TECHNOLOGY

Tapping into the internet of things

LOCOMOTIVES that are moving data centres. Jet engines that generate one terabyte of data on a Perth to Sydney flight. That is not the future, that is now and things are only going to get more interesting, according to GE chairman and CEO Jeff Immelt.

Noel Dyson
GE chairman and CEO Jeff Immelt

GE chairman and CEO Jeff Immelt

Indeed, Immelt says he is excited by the promise of the Internet of Things and what it can bring to businesses and leaders.

In simple terms this is where control sensors and the like in various pieces of equipment report the data they are collecting.

This flood of data poses some massive challenges but also great opportunities.

“We’re just in the beginning phase of the Internet of Things,” Immelt told a Perth business lunch yesterday.

“It’s a combination of technologies. It’s things like control sensors being blended with long term machines and devices such as jet engines and locomotives.

“A flight between Perth and Sydney can generate a terabyte of data.”

So what does this mean for the resources sector?

“Think about no unplanned downtime,” Immelt said.

“Think about how you manage your fleets. Think about labour productivity.”

Immelt said productivity growth over the past four years had been running at about 1%.

“I see we can do a better job of this and information will be an important part,” he said.

This of course will change some of the ways business is done and the roles of some who do it.

Take the chief information officer for example.

“This will change what a CIO is,” Immelt said.

“The function has been completely reborn and redesigned. It used to be about outsourcing. Now it is a big part of productivity improvements.”

GE has made big inroads into the IoT sphere but Immelt admits it is still early days.

When asked whether GE was trying to become another Oracle, he made the point of how well traditional businesses had gone with the consumer internet boom.

“These days 15% of the S&P500 are consumer internet companies that didn’t exist 20 years ago,” Immelt said, making the point that none of the older S&P500 companies had made inroads into that.

He does not want to have the same thing happen with the industrial internet.

“Our idea is to open up our platform and have our customers write their own apps on it,” Immelt said.

“If you are an IT professional at BHP [Billiton] or Shell you can write and create apps.

“I think that’s where the future is ultimately going to go.”

The six foot four former gridiron player had quite the baptism of fire when he took the reins at GE.

Following in the footsteps of Jack Welch would be a challenge for most people but Immelt, who took over GE’s chairmanship on September 7 2001, had an even bigger hurdle to clear just four days later.

As the dust from the twin towers settled, the predicament the company was in became apparent.

In 2001 GE had a 50% market share in the jet engine market, was a major insurer, and also a financier to the airline industry.

Immelt said the company lent $30 billion to airlines to keep them going.

His other coup in the airline business, he believes was to double the company’s research and development investment in its jet engine business at the height of the global financial crisis.
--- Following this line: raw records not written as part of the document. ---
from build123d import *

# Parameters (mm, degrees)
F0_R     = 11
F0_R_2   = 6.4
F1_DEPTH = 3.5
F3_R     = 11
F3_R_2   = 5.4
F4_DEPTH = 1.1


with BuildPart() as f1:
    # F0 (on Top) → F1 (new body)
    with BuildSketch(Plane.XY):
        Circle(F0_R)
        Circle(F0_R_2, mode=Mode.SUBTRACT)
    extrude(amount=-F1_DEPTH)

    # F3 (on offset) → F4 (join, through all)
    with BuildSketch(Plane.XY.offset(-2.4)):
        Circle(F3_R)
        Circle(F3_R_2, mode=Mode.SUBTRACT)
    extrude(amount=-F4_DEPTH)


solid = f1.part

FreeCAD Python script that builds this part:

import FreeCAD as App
import Part
import Sketcher
Q = App.Units.Quantity

doc = App.newDocument("Part")
body = doc.addObject("PartDesign::Body", "Body")

# Sketch on XY plane
sketch1 = doc.addObject("Sketcher::SketchObject", "Sketch")
body.addObject(sketch1)
sketch1.AttachmentSupport = (doc.XY_Plane, [""])
sketch1.MapMode = "FlatFace"
sketch1.addGeometry([
    Part.Circle(App.Vector(0, 0, 0), App.Vector(0, 0, 1), 11),
    Part.Circle(App.Vector(0, 0, 0), App.Vector(0, 0, 1), 6.4),
], False)
sketch1.addConstraint([
    Sketcher.Constraint("Coincident", 0, 3, -1, 1),
    Sketcher.Constraint("Coincident", 1, 3, -1, 1),
    Sketcher.Constraint("Diameter", 0, Q("22 mm")),
    Sketcher.Constraint("Diameter", 1, Q("12.8 mm")),
])
pad1 = doc.addObject("PartDesign::Pad", "Pad")
body.addObject(pad1)
pad1.Profile = sketch1
pad1.Length = 3.5
pad1.Reversed = True

# Sketch on XY plane
sketch2 = doc.addObject("Sketcher::SketchObject", "Sketch001")
body.addObject(sketch2)
sketch2.AttachmentSupport = (doc.XY_Plane, [""])
sketch2.MapMode = "FlatFace"
sketch2.AttachmentOffset = App.Placement(App.Vector(0, 0, -2.4), App.Rotation())
sketch2.addGeometry([
    Part.Circle(App.Vector(0, 0, 0), App.Vector(0, 0, 1), 11),
    Part.Circle(App.Vector(0, 0, 0), App.Vector(0, 0, 1), 5.4),
], False)
sketch2.addConstraint([
    Sketcher.Constraint("Coincident", 0, 3, -1, 1),
    Sketcher.Constraint("Coincident", 1, 3, -1, 1),
    Sketcher.Constraint("Diameter", 0, Q("22 mm")),
    Sketcher.Constraint("Diameter", 1, Q("10.8 mm")),
])
pad2 = doc.addObject("PartDesign::Pad", "Pad001")
body.addObject(pad2)
pad2.Profile = sketch2
pad2.Length = 1.1
pad2.Reversed = True

doc.recompute()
That, Immelt said, was an important lesson to those in business – be prepared to invest when the times are tough.

He said running a business such as GE was not about perfection, it was about managing risk.

Sure, there are going to be failures along the way but the aim is to mitigate the outcomes from that and benefit from the successes.

Immelt believes the financial crisis was where he made his best ever business decision.

That was to raise $18 billion in equity on September 30 2008.

“That was probably the only day we could have done it,” he said.

Immelt faced some pretty substantial criticism for the move but did it worry him?

“That was probably the single best decision I made has a leader.”

As the leader of GE, Immelt does travel widely.

That has also fostered another of his views of leadership – that no chief executive should outsource their world view.

Yes, he has staff in each of the countries GE operates in and gets their views on the state of play in each region to inform his opinions, but his view of the world remains his own.

Immelt said he believed China still had much potential, even if he felt unqualified to comment on whether official growth figures were real or not.

But he does go there regularly.

“China is not that bad,” Immelt said.

“There is still going to be consumption of iron ore.

“The shopping centres are full when you go to China. The airports are full when you go to China. The planes are full when you go to China.

“In a lot of industries there is robust growth.

“Over the long-term I think China is going to continue to be a major player on the global stage.”

What about India?

On this point Immelt is not so sure.

“For GE China and India were the same size in the late 1990s,” he said.

“Now China is four to five times bigger.”

The problem, as Immelt sees it, is that India did not take the sort of infrastructure investment steps that China took and is therefore behind the eight ball.

“There are a lot of structural challenges India has to overcome,” Immelt said.

“It is hard to do business there.

“We always try to find a different way to play a country. In India we do a lot of our manufacturing there now.”